Materials and Methods

Leaf sample collection and RT-PCR analysis

Viruses of 29 fig trees of 15 fig varieties in a germplasm collection of the High Agronomic Institute (I.S.A) of Chott-Mariem were detected. From each fig tree, a leaf sample of 5 to 10 leaves was randomly collected and analysed by RT-PCR for the presence of seven fig viruses: FLMaV-1, FMMaV, FLV-1, FLMaV-2, FCV, FMV, and FFkaV (Table 1). Total nucleic acids were extracted from 0.5 g of the main leaf veins using the silica capture protocol (Foissac et al., 2001), the tissues were homogenized in 1 ml grinding buffer (4.0 M guanidine thiocyanate, 0.2 M sodium acetate, 1 M potassium acetate, pH 5.2, 25 mM EDTA, 2.5% PVP-40 [w/v]). The extract was added to 6 M sodium iodide and 0.15 M sodium sulphite, 150 μl ethanol and 35 μl of silica particles suspension. After stripping by heat treatment in sterile water (70°C for 3 min), suspension were centrifuged and total nucleic acids were recovered and stored at −20°C until use.
A two-step protocol was used for the reverse transcription (RT) and amplification (PCR) of target RNA. Reverse transcription was performed using 1 μl of Moloney murine leukaemiavirus reverse transcriptase (M-MLV 200 units/μl), 4 μl of 5× Fs M-MLV buffer, 2 μl of DTT (0.1 M) and 0.5 μl of dNTPs (10 mM). The mixture was incubated at 39°C for 1 h and at 70°C for 10 min.
Virus detection was done by adding to the synthesized cDNA 2.5 μl of 10× Taq polymerase buffer, 1.5 mM as final concentration of MgCl2, 0.5 μl of 10 mM dNTPs, 0.5 μl of 10 μM sense and antisense of each specific primer (Table 1) (Elbeaino et al., 2006, 2007, 2009a, 2010, 2011a, 2011b), and 0.2 μl of Taq polymerase (5 units/μl) in a final volume of 25 μl. The reaction products were resolved by electrophoresis in 5% TBE polyacrylamide gel electrophoresis (PAGE) and stained with ethidium bromide.

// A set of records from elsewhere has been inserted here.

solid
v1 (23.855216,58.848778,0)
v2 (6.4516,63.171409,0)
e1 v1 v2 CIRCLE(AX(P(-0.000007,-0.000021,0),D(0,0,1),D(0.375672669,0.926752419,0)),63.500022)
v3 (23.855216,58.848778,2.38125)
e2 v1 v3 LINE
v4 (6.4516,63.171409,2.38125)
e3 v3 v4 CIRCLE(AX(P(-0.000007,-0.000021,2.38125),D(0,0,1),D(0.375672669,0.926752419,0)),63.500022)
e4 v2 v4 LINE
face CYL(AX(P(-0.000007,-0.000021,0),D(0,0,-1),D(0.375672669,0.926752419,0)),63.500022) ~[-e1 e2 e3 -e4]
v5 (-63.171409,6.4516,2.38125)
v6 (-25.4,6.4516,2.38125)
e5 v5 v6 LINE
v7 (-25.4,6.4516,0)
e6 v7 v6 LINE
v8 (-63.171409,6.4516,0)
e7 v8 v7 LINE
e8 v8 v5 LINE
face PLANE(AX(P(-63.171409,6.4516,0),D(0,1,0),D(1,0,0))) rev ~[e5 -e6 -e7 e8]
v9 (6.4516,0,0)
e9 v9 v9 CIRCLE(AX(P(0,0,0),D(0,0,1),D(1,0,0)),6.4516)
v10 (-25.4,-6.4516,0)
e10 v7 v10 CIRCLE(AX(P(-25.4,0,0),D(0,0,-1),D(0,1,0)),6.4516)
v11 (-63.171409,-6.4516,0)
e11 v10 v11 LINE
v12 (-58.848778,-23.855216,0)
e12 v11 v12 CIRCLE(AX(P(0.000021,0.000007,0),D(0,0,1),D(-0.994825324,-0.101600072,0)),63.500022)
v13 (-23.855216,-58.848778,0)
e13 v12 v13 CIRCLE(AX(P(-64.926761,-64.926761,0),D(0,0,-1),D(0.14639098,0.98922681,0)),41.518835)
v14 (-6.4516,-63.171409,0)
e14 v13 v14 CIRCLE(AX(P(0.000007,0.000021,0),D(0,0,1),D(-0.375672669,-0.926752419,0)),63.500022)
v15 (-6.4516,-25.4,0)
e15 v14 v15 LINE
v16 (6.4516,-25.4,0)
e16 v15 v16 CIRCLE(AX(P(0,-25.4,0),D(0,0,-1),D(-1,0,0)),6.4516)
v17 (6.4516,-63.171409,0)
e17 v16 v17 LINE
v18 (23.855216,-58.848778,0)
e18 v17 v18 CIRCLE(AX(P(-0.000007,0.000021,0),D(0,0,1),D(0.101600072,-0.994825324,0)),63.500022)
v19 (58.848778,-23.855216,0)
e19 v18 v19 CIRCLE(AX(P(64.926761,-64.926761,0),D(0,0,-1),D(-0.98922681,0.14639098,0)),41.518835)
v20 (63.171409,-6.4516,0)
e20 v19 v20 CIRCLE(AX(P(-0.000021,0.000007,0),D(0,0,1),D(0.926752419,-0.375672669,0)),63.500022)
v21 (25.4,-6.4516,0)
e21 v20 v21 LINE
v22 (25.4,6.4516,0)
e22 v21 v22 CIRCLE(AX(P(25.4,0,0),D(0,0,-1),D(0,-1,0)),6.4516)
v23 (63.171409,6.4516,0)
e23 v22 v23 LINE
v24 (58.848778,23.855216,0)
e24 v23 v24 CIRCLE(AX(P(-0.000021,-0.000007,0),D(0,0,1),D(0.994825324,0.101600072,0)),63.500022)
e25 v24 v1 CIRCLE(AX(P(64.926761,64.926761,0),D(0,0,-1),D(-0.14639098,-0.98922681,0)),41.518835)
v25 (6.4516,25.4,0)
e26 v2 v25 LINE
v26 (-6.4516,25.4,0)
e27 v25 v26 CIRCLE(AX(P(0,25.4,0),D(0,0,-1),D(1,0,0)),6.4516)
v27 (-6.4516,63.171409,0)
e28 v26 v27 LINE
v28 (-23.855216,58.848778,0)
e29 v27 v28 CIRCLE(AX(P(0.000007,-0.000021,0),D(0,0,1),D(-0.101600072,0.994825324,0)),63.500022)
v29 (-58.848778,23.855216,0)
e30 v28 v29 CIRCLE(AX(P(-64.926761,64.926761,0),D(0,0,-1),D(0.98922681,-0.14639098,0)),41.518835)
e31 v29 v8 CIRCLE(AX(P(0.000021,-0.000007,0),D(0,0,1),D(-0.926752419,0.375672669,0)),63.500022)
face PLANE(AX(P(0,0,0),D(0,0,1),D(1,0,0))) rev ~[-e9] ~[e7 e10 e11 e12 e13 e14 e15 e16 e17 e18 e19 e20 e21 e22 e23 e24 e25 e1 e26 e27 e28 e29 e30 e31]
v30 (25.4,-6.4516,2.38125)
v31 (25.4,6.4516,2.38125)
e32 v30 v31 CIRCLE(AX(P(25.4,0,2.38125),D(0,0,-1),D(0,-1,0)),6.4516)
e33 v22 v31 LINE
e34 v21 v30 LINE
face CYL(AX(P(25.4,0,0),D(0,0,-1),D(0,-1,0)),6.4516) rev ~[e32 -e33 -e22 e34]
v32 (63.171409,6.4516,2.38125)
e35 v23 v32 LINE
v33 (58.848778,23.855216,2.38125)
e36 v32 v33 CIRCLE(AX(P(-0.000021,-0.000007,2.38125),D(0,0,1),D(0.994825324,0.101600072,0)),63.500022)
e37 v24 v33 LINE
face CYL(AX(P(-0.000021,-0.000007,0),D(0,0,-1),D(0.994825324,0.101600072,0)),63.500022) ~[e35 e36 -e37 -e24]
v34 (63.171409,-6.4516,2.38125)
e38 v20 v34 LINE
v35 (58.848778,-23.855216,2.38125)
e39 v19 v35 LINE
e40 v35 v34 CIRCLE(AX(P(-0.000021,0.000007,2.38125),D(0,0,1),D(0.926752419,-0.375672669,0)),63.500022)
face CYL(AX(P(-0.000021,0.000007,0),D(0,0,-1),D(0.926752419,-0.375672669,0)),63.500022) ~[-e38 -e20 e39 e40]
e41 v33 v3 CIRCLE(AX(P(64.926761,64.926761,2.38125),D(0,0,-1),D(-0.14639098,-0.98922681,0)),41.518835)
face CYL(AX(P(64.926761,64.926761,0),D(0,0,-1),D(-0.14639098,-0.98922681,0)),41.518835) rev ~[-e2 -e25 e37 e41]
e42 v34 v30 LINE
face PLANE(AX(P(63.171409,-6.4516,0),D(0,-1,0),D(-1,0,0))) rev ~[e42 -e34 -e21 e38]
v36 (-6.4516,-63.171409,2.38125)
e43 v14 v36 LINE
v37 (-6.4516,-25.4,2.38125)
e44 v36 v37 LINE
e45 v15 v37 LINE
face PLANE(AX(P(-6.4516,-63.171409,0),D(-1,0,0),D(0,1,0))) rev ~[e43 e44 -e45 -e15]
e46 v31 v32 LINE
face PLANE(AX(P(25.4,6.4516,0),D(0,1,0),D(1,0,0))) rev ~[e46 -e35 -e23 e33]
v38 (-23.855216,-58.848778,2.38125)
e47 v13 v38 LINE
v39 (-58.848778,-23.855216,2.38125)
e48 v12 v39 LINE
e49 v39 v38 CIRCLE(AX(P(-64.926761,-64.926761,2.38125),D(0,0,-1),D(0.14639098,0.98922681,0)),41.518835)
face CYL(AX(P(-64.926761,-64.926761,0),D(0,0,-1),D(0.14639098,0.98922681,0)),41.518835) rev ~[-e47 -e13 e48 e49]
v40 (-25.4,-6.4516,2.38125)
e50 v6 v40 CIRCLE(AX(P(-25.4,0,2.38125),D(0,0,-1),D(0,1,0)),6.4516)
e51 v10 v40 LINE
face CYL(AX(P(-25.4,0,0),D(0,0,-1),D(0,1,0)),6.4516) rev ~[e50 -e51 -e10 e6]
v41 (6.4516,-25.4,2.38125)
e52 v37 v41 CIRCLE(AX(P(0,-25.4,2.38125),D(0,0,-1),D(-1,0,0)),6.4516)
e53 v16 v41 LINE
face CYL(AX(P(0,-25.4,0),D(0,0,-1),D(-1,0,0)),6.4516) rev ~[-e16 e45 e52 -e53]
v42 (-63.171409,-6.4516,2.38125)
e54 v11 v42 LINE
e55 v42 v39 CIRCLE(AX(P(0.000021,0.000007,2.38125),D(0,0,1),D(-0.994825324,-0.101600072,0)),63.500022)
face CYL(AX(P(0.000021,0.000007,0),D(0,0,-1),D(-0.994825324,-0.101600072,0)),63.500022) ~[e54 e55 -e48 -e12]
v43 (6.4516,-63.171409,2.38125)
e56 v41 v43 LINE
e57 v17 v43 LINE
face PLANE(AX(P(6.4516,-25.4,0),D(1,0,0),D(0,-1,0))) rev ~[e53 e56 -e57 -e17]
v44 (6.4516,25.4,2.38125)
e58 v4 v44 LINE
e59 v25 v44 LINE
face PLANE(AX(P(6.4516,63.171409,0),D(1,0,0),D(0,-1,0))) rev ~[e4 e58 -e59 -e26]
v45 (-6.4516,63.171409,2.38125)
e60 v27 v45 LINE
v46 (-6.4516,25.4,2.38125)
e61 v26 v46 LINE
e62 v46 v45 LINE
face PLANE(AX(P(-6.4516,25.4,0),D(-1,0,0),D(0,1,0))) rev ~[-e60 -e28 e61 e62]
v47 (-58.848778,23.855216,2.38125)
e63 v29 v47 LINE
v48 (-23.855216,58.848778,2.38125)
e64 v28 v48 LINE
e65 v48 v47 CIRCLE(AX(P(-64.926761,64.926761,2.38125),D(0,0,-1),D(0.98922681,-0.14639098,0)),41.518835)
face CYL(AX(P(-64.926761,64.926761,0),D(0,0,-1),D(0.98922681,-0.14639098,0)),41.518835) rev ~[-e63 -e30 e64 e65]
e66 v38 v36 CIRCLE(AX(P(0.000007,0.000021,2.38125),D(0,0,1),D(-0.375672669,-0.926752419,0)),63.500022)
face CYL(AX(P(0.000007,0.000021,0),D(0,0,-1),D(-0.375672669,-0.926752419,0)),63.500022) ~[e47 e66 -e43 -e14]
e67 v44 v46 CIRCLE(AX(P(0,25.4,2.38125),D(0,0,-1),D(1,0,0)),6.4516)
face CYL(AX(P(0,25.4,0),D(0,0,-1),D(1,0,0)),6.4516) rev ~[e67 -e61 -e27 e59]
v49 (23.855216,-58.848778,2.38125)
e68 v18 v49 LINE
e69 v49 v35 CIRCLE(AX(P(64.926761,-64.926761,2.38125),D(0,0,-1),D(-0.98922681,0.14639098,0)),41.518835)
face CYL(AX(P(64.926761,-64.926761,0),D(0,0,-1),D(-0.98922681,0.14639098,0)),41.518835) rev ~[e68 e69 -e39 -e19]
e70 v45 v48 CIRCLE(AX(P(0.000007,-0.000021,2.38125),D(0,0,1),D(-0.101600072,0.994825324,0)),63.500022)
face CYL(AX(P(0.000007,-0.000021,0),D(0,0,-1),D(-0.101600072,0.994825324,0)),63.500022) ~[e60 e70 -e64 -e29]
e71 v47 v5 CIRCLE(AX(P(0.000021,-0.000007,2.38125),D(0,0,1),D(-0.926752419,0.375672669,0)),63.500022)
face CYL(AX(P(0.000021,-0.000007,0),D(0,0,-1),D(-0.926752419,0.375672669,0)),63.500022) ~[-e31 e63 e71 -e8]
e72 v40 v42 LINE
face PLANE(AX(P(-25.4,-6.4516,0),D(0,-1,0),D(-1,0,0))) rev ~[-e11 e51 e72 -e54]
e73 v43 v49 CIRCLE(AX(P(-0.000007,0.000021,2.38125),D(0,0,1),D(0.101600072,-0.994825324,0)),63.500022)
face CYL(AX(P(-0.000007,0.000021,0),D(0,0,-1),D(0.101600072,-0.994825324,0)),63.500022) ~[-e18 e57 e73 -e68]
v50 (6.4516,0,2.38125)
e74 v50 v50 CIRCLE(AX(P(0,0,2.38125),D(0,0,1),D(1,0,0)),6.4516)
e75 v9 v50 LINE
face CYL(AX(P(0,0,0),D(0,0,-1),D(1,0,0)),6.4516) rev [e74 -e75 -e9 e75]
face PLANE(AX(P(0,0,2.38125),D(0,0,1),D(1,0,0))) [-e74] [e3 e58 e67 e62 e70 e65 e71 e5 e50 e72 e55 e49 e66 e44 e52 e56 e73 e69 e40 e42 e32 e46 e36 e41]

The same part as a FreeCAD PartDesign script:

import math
import FreeCAD as App
import Part
import Sketcher
from FreeCAD import Vector
Q = App.Units.Quantity

doc = App.newDocument("Part")
body = doc.addObject("PartDesign::Body", "Body")

# Sketch on XY plane
sketch1 = doc.addObject("Sketcher::SketchObject", "Sketch")
body.addObject(sketch1)
sketch1.AttachmentSupport = (doc.XY_Plane, [""])
sketch1.MapMode = "FlatFace"
sketch1.addGeometry([
    Part.ArcOfCircle(Part.Circle(Vector(-64.926761, 64.926761, 0), Vector(0, 0, 1), 41.518835), math.radians(-81.582164), math.radians(-8.417836)),  # 0
    Part.ArcOfCircle(Part.Circle(Vector(0.000021, -0.000007, 0), Vector(0, 0, 1), 63.500022), math.radians(157.934106), math.radians(174.168683)),  # 1
    Part.LineSegment(Vector(-63.171409, 6.4516, 0), Vector(-25.4, 6.4516, 0)),  # 2
    Part.ArcOfCircle(Part.Circle(Vector(-25.4, 0, 0), Vector(0, 0, 1), 6.4516), math.radians(-90), math.radians(90)),  # 3
    Part.LineSegment(Vector(-25.4, -6.4516, 0), Vector(-63.171409, -6.4516, 0)),  # 4
    Part.ArcOfCircle(Part.Circle(Vector(0.000021, 0.000007, 0), Vector(0, 0, 1), 63.500022), math.radians(-174.168683), math.radians(-157.934106)),  # 5
    Part.ArcOfCircle(Part.Circle(Vector(-64.926761, -64.926761, 0), Vector(0, 0, 1), 41.518835), math.radians(8.417836), math.radians(81.582164)),  # 6
    Part.ArcOfCircle(Part.Circle(Vector(0.000007, 0.000021, 0), Vector(0, 0, 1), 63.500022), math.radians(-112.065894), math.radians(-95.831317)),  # 7
    Part.LineSegment(Vector(-6.4516, -63.171409, 0), Vector(-6.4516, -25.4, 0)),  # 8
    Part.ArcOfCircle(Part.Circle(Vector(0, -25.4, 0), Vector(0, 0, 1), 6.4516), math.radians(0), math.radians(180)),  # 9
    Part.LineSegment(Vector(6.4516, -25.4, 0), Vector(6.4516, -63.171409, 0)),  # 10
    Part.ArcOfCircle(Part.Circle(Vector(-0.000007, 0.000021, 0), Vector(0, 0, 1), 63.500022), math.radians(-84.168683), math.radians(-67.934106)),  # 11
    Part.ArcOfCircle(Part.Circle(Vector(64.926761, -64.926761, 0), Vector(0, 0, 1), 41.518835), math.radians(98.417836), math.radians(171.582164)),  # 12
    Part.ArcOfCircle(Part.Circle(Vector(-0.000021, 0.000007, 0), Vector(0, 0, 1), 63.500022), math.radians(-22.065894), math.radians(-5.831317)),  # 13
    Part.LineSegment(Vector(63.171409, -6.4516, 0), Vector(25.4, -6.4516, 0)),  # 14
    Part.ArcOfCircle(Part.Circle(Vector(25.4, 0, 0), Vector(0, 0, 1), 6.4516), math.radians(90), math.radians(270)),  # 15
    Part.LineSegment(Vector(25.4, 6.4516, 0), Vector(63.171409, 6.4516, 0)),  # 16
    Part.ArcOfCircle(Part.Circle(Vector(-0.000021, -0.000007, 0), Vector(0, 0, 1), 63.500022), math.radians(5.831317), math.radians(22.065894)),  # 17
    Part.ArcOfCircle(Part.Circle(Vector(64.926761, 64.926761, 0), Vector(0, 0, 1), 41.518835), math.radians(-171.582164), math.radians(-98.417836)),  # 18
    Part.ArcOfCircle(Part.Circle(Vector(-0.000007, -0.000021, 0), Vector(0, 0, 1), 63.500022), math.radians(67.934106), math.radians(84.168683)),  # 19
    Part.LineSegment(Vector(6.4516, 63.171409, 0), Vector(6.4516, 25.4, 0)),  # 20
    Part.ArcOfCircle(Part.Circle(Vector(0, 25.4, 0), Vector(0, 0, 1), 6.4516), math.radians(180), math.radians(360)),  # 21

In vitro plant regeneration

After virus molecular analysis of all fig germplasm collection of the High Agronomic Institute of Chott-Mariem, 6 accessions (02 Soltani [SNI], 01 Zidi [ZDI], 02 Bither Abiadh [BA], and 01 Assafri [ASF]) were selected to a sanitation program by meristem culture using the in vitro protocol developed by Bayoudh et al. (2015). With this reliable protocol, all steps of fig meristem initiation, shoot multiplication, vitroplant rooting and acclimatization of varieties Zidi (ZDI), Soltani (SNI), Bither Abiadh (BA), and the pollinator Assafri (ASF) were studied and successfully optimized (Bayoudh et al., 2015).

Results

FMD symptoms on leaves of surveyed fig varieties

Surveys of the fig varietal collection in High Agronomic Institute (I.S.A) of Chatt-Mariem show that fig trees are with mosaic symptoms on young and old leaves. Diseased leaves present large chlorotic spots, discoloration, mottle and necrotic bands surrounding the veins (Fig. 1). The severe attacks by FMD cause the deformation and the distortion of the leaves.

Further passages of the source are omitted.